- **Assigned task**
Please make an exact transcription of all the data that follows.

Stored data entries
*** Block opens ***

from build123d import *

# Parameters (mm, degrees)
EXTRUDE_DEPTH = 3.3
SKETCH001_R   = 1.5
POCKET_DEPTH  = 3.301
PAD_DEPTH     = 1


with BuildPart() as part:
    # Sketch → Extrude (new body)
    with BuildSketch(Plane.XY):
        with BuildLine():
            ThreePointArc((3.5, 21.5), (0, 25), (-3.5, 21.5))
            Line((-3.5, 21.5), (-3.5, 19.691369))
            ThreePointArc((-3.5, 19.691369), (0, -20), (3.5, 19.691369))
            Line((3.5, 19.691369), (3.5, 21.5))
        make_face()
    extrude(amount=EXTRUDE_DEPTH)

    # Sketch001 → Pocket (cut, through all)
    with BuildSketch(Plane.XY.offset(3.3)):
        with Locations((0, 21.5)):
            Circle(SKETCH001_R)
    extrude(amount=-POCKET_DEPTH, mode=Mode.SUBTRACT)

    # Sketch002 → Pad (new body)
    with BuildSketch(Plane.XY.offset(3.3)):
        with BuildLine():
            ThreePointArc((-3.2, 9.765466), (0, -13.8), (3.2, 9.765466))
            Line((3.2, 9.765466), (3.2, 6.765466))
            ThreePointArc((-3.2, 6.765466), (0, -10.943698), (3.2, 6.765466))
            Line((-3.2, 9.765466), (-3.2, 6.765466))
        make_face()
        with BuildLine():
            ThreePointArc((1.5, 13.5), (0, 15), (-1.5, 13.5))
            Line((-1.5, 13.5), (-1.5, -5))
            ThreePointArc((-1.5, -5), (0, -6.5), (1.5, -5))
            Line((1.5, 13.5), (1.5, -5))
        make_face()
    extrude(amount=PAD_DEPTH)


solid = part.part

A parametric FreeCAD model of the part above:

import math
import FreeCAD as App
import Part
import Sketcher
from FreeCAD import Vector
Q = App.Units.Quantity

doc = App.newDocument("Part")
body = doc.addObject("PartDesign::Body", "Body")

# Sketch on XY plane
sketch1 = doc.addObject("Sketcher::SketchObject", "Sketch")
body.addObject(sketch1)
sketch1.AttachmentSupport = (doc.XY_Plane, [""])
sketch1.MapMode = "FlatFace"
sketch1.addGeometry([
    Part.ArcOfCircle(Part.Circle(Vector(0, 21.5, 0), Vector(0, 0, 1), 3.5), math.radians(0), math.radians(180)),
    Part.LineSegment(Vector(-3.5, 21.5, 0), Vector(-3.5, 19.7, 0)),
    Part.ArcOfCircle(Part.Circle(Vector(0, 0, 0), Vector(0, 0, 1), 20), math.radians(100), math.radians(440)),
    Part.LineSegment(Vector(3.5, 19.7, 0), Vector(3.5, 21.5, 0)),
], False)
sketch1.addConstraint([
    Sketcher.Constraint("Tangent", 0, 2, 1, 1),
    Sketcher.Constraint("Coincident", 1, 2, 2, 1),
    Sketcher.Constraint("Coincident", 2, 2, 3, 1),
    Sketcher.Constraint("Tangent", 3, 2, 0, 1),
    Sketcher.Constraint("Vertical", 1),
    Sketcher.Constraint("Vertical", 3),
    Sketcher.Constraint("Coincident", 2, 3, -1, 1),
    Sketcher.Constraint("PointOnObject", 0, 3, -2),
    Sketcher.Constraint("Radius", 2, Q("20 mm")),
    Sketcher.Constraint("Radius", 0, Q("3.5 mm")),
    Sketcher.Constraint("DistanceY", -1, 1, 0, 3, Q("21.5 mm")),
])
pad1 = doc.addObject("PartDesign::Pad", "Pad")
body.addObject(pad1)
pad1.Profile = sketch1
pad1.Length = 3.3

# Sketch on XY plane
sketch2 = doc.addObject("Sketcher::SketchObject", "Sketch001")
body.addObject(sketch2)
sketch2.AttachmentSupport = (doc.XY_Plane, [""])
sketch2.MapMode = "FlatFace"
sketch2.AttachmentOffset = App.Placement(Vector(0, 0, 3.3), App.Rotation())
sketch2.addGeometry(Part.Circle(Vector(0, 21.5, 0), Vector(0, 0, 1), 1.5), False)
sketch2.addConstraint([
    Sketcher.Constraint("PointOnObject", 0, 3, -2),
    Sketcher.Constraint("Diameter", 0, Q("3 mm")),
    Sketcher.Constraint("DistanceY", -1, 1, 0, 3, Q("21.5 mm")),
])
pocket1 = doc.addObject("PartDesign::Pocket", "Pocket")
body.addObject(pocket1)
pocket1.Profile = sketch2
pocket1.Type = "ThroughAll"

# Sketch on XY plane
sketch3 = doc.addObject("Sketcher::SketchObject", "Sketch002")
body.addObject(sketch3)
sketch3.AttachmentSupport = (doc.XY_Plane, [""])
sketch3.MapMode = "FlatFace"
sketch3.AttachmentOffset = App.Placement(Vector(0, 0, 3.3), App.Rotation())
sketch3.addGeometry([
    Part.ArcOfCircle(Part.Circle(Vector(0, -1.8, 0), Vector(0, 0, 1), 12), math.radians(105), math.radians(435)),  # 0
    Part.LineSegment(Vector(3.2, 9.8, 0), Vector(3.2, 6.8, 0)),  # 1
    Part.ArcOfCircle(Part.Circle(Vector(0, -1.8, 0), Vector(0, 0, 1), 9.1), math.radians(110), math.radians(430)),  # 2
    Part.LineSegment(Vector(-3.2, 6.8, 0), Vector(-3.2, 9.8, 0)),  # 3
    Part.ArcOfCircle(Part.Circle(Vector(0, 13.5, 0), Vector(0, 0, 1), 1.5), math.radians(0), math.radians(180)),  # 4
    Part.LineSegment(Vector(-1.5, 13.5, 0), Vector(-1.5, -5, 0)),  # 5
    Part.ArcOfCircle(Part.Circle(Vector(0, -5, 0), Vector(0, 0, 1), 1.5), math.radians(180), math.radians(360)),  # 6
    Part.LineSegment(Vector(1.5, -5, 0), Vector(1.5, 13.5, 0)),  # 7
], False)
sketch3.addConstraint([
    Sketcher.Constraint("Coincident", 0, 2, 1, 1),
    Sketcher.Constraint("Coincident", 1, 2, 2, 2),
    Sketcher.Constraint("Coincident", 2, 1, 3, 1),
    Sketcher.Constraint("Coincident", 3, 2, 0, 1),
    Sketcher.Constraint("Tangent", 4, 2, 5, 1),
    Sketcher.Constraint("Tangent", 5, 2, 6, 1),
    Sketcher.Constraint("Tangent", 6, 2, 7, 1),
    Sketcher.Constraint("Tangent", 7, 2, 4, 1),
    Sketcher.Constraint("Vertical", 1),
    Sketcher.Constraint("Vertical", 3),
    Sketcher.Constraint("Vertical", 5),
    Sketcher.Constraint("Vertical", 7),
    Sketcher.Constraint("Coincident", 2, 3, 0, 3),
    Sketcher.Constraint("Symmetric", 1, 2, 2, 1, -2),
    Sketcher.Constraint("PointOnObject", 4, 3, -2),
    Sketcher.Constraint("Radius", 0, Q("12 mm")),
    Sketcher.Constraint("Radius", 4, Q("1.5 mm")),
    Sketcher.Constraint("DistanceY", 1, 2, 1, 1, Q("3 mm")),
    Sketcher.Constraint("DistanceY", 5, 2, 5, 1, Q("18.5 mm")),
    Sketcher.Constraint("DistanceY", 6, 3, -1, 1, Q("5 mm")),
    Sketcher.Constraint("DistanceY", 0, 3, -1, 1, Q("1.8 mm")),
    Sketcher.Constraint("DistanceX", -1, 1, 0, 2, Q("3.2 mm")),
])
pad2 = doc.addObject("PartDesign::Pad", "Pad001")
body.addObject(pad2)
pad2.Profile = sketch3
pad2.Length = 1

doc.recompute()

*** Block closes ***

- **Result for this exercise**
from build123d import *

# Parameters (mm, degrees)
EXTRUDE_DEPTH = 3.3
SKETCH001_R   = 1.5
POCKET_DEPTH  = 3.301
PAD_DEPTH     = 1


with BuildPart() as part:
    # Sketch → Extrude (new body)
    with BuildSketch(Plane.XY):
        with BuildLine():
            ThreePointArc((3.5, 21.5), (0, 25), (-3.5, 21.5))
            Line((-3.5, 21.5), (-3.5, 19.691369))
            ThreePointArc((-3.5, 19.691369), (0, -20), (3.5, 19.691369))
            Line((3.5, 19.691369), (3.5, 21.5))
        make_face()
    extrude(amount=EXTRUDE_DEPTH)

    # Sketch001 → Pocket (cut, through all)
    with BuildSketch(Plane.XY.offset(3.3)):
        with Locations((0, 21.5)):
            Circle(SKETCH001_R)
    extrude(amount=-POCKET_DEPTH, mode=Mode.SUBTRACT)

    # Sketch002 → Pad (new body)
    with BuildSketch(Plane.XY.offset(3.3)):
        with BuildLine():
            ThreePointArc((-3.2, 9.765466), (0, -13.8), (3.2, 9.765466))
            Line((3.2, 9.765466), (3.2, 6.765466))
            ThreePointArc((-3.2, 6.765466), (0, -10.943698), (3.2, 6.765466))
            Line((-3.2, 9.765466), (-3.2, 6.765466))
        make_face()
        with BuildLine():
            ThreePointArc((1.5, 13.5), (0, 15), (-1.5, 13.5))
            Line((-1.5, 13.5), (-1.5, -5))
            ThreePointArc((-1.5, -5), (0, -6.5), (1.5, -5))
            Line((1.5, 13.5), (1.5, -5))
        make_face()
    extrude(amount=PAD_DEPTH)


solid = part.part

A parametric FreeCAD model of the part above:

import math
import FreeCAD as App
import Part
import Sketcher
from FreeCAD import Vector
Q = App.Units.Quantity

doc = App.newDocument("Part")
body = doc.addObject("PartDesign::Body", "Body")

# Sketch on XY plane
sketch1 = doc.addObject("Sketcher::SketchObject", "Sketch")
body.addObject(sketch1)
sketch1.AttachmentSupport = (doc.XY_Plane, [""])
sketch1.MapMode = "FlatFace"
sketch1.addGeometry([
    Part.ArcOfCircle(Part.Circle(Vector(0, 21.5, 0), Vector(0, 0, 1), 3.5), math.radians(0), math.radians(180)),
    Part.LineSegment(Vector(-3.5, 21.5, 0), Vector(-3.5, 19.7, 0)),
    Part.ArcOfCircle(Part.Circle(Vector(0, 0, 0), Vector(0, 0, 1), 20), math.radians(100), math.radians(440)),
    Part.LineSegment(Vector(3.5, 19.7, 0), Vector(3.5, 21.5, 0)),
], False)
sketch1.addConstraint([
    Sketcher.Constraint("Tangent", 0, 2, 1, 1),
    Sketcher.Constraint("Coincident", 1, 2, 2, 1),
    Sketcher.Constraint("Coincident", 2, 2, 3, 1),
    Sketcher.Constraint("Tangent", 3, 2, 0, 1),
    Sketcher.Constraint("Vertical", 1),
    Sketcher.Constraint("Vertical", 3),
    Sketcher.Constraint("Coincident", 2, 3, -1, 1),
    Sketcher.Constraint("PointOnObject", 0, 3, -2),
    Sketcher.Constraint("Radius", 2, Q("20 mm")),
    Sketcher.Constraint("Radius", 0, Q("3.5 mm")),
    Sketcher.Constraint("DistanceY", -1, 1, 0, 3, Q("21.5 mm")),
])
pad1 = doc.addObject("PartDesign::Pad", "Pad")
body.addObject(pad1)
pad1.Profile = sketch1
pad1.Length = 3.3

# Sketch on XY plane
sketch2 = doc.addObject("Sketcher::SketchObject", "Sketch001")
body.addObject(sketch2)
sketch2.AttachmentSupport = (doc.XY_Plane, [""])
sketch2.MapMode = "FlatFace"
sketch2.AttachmentOffset = App.Placement(Vector(0, 0, 3.3), App.Rotation())
sketch2.addGeometry(Part.Circle(Vector(0, 21.5, 0), Vector(0, 0, 1), 1.5), False)
sketch2.addConstraint([
    Sketcher.Constraint("PointOnObject", 0, 3, -2),
    Sketcher.Constraint("Diameter", 0, Q("3 mm")),
    Sketcher.Constraint("DistanceY", -1, 1, 0, 3, Q("21.5 mm")),
])
pocket1 = doc.addObject("PartDesign::Pocket", "Pocket")
body.addObject(pocket1)
pocket1.Profile = sketch2
pocket1.Type = "ThroughAll"

# Sketch on XY plane
sketch3 = doc.addObject("Sketcher::SketchObject", "Sketch002")
body.addObject(sketch3)
sketch3.AttachmentSupport = (doc.XY_Plane, [""])
sketch3.MapMode = "FlatFace"
sketch3.AttachmentOffset = App.Placement(Vector(0, 0, 3.3), App.Rotation())
sketch3.addGeometry([
    Part.ArcOfCircle(Part.Circle(Vector(0, -1.8, 0), Vector(0, 0, 1), 12), math.radians(105), math.radians(435)),  # 0
    Part.LineSegment(Vector(3.2, 9.8, 0), Vector(3.2, 6.8, 0)),  # 1
    Part.ArcOfCircle(Part.Circle(Vector(0, -1.8, 0), Vector(0, 0, 1), 9.1), math.radians(110), math.radians(430)),  # 2
    Part.LineSegment(Vector(-3.2, 6.8, 0), Vector(-3.2, 9.8, 0)),  # 3
    Part.ArcOfCircle(Part.Circle(Vector(0, 13.5, 0), Vector(0, 0, 1), 1.5), math.radians(0), math.radians(180)),  # 4
    Part.LineSegment(Vector(-1.5, 13.5, 0), Vector(-1.5, -5, 0)),  # 5
    Part.ArcOfCircle(Part.Circle(Vector(0, -5, 0), Vector(0, 0, 1), 1.5), math.radians(180), math.radians(360)),  # 6
    Part.LineSegment(Vector(1.5, -5, 0), Vector(1.5, 13.5, 0)),  # 7
], False)
sketch3.addConstraint([
    Sketcher.Constraint("Coincident", 0, 2, 1, 1),
    Sketcher.Constraint("Coincident", 1, 2, 2, 2),
    Sketcher.Constraint("Coincident", 2, 1, 3, 1),
    Sketcher.Constraint("Coincident", 3, 2, 0, 1),
    Sketcher.Constraint("Tangent", 4, 2, 5, 1),
    Sketcher.Constraint("Tangent", 5, 2, 6, 1),
    Sketcher.Constraint("Tangent", 6, 2, 7, 1),
    Sketcher.Constraint("Tangent", 7, 2, 4, 1),
    Sketcher.Constraint("Vertical", 1),
    Sketcher.Constraint("Vertical", 3),
    Sketcher.Constraint("Vertical", 5),
    Sketcher.Constraint("Vertical", 7),
    Sketcher.Constraint("Coincident", 2, 3, 0, 3),
    Sketcher.Constraint("Symmetric", 1, 2, 2, 1, -2),
    Sketcher.Constraint("PointOnObject", 4, 3, -2),
    Sketcher.Constraint("Radius", 0, Q("12 mm")),
    Sketcher.Constraint("Radius", 4, Q("1.5 mm")),
    Sketcher.Constraint("DistanceY", 1, 2, 1, 1, Q("3 mm")),
    Sketcher.Constraint("DistanceY", 5, 2, 5, 1, Q("18.5 mm")),
    Sketcher.Constraint("DistanceY", 6, 3, -1, 1, Q("5 mm")),
    Sketcher.Constraint("DistanceY", 0, 3, -1, 1, Q("1.8 mm")),
    Sketcher.Constraint("DistanceX", -1, 1, 0, 2, Q("3.2 mm")),
])
pad2 = doc.addObject("PartDesign::Pad", "Pad001")
body.addObject(pad2)
pad2.Profile = sketch3
pad2.Length = 1

doc.recompute()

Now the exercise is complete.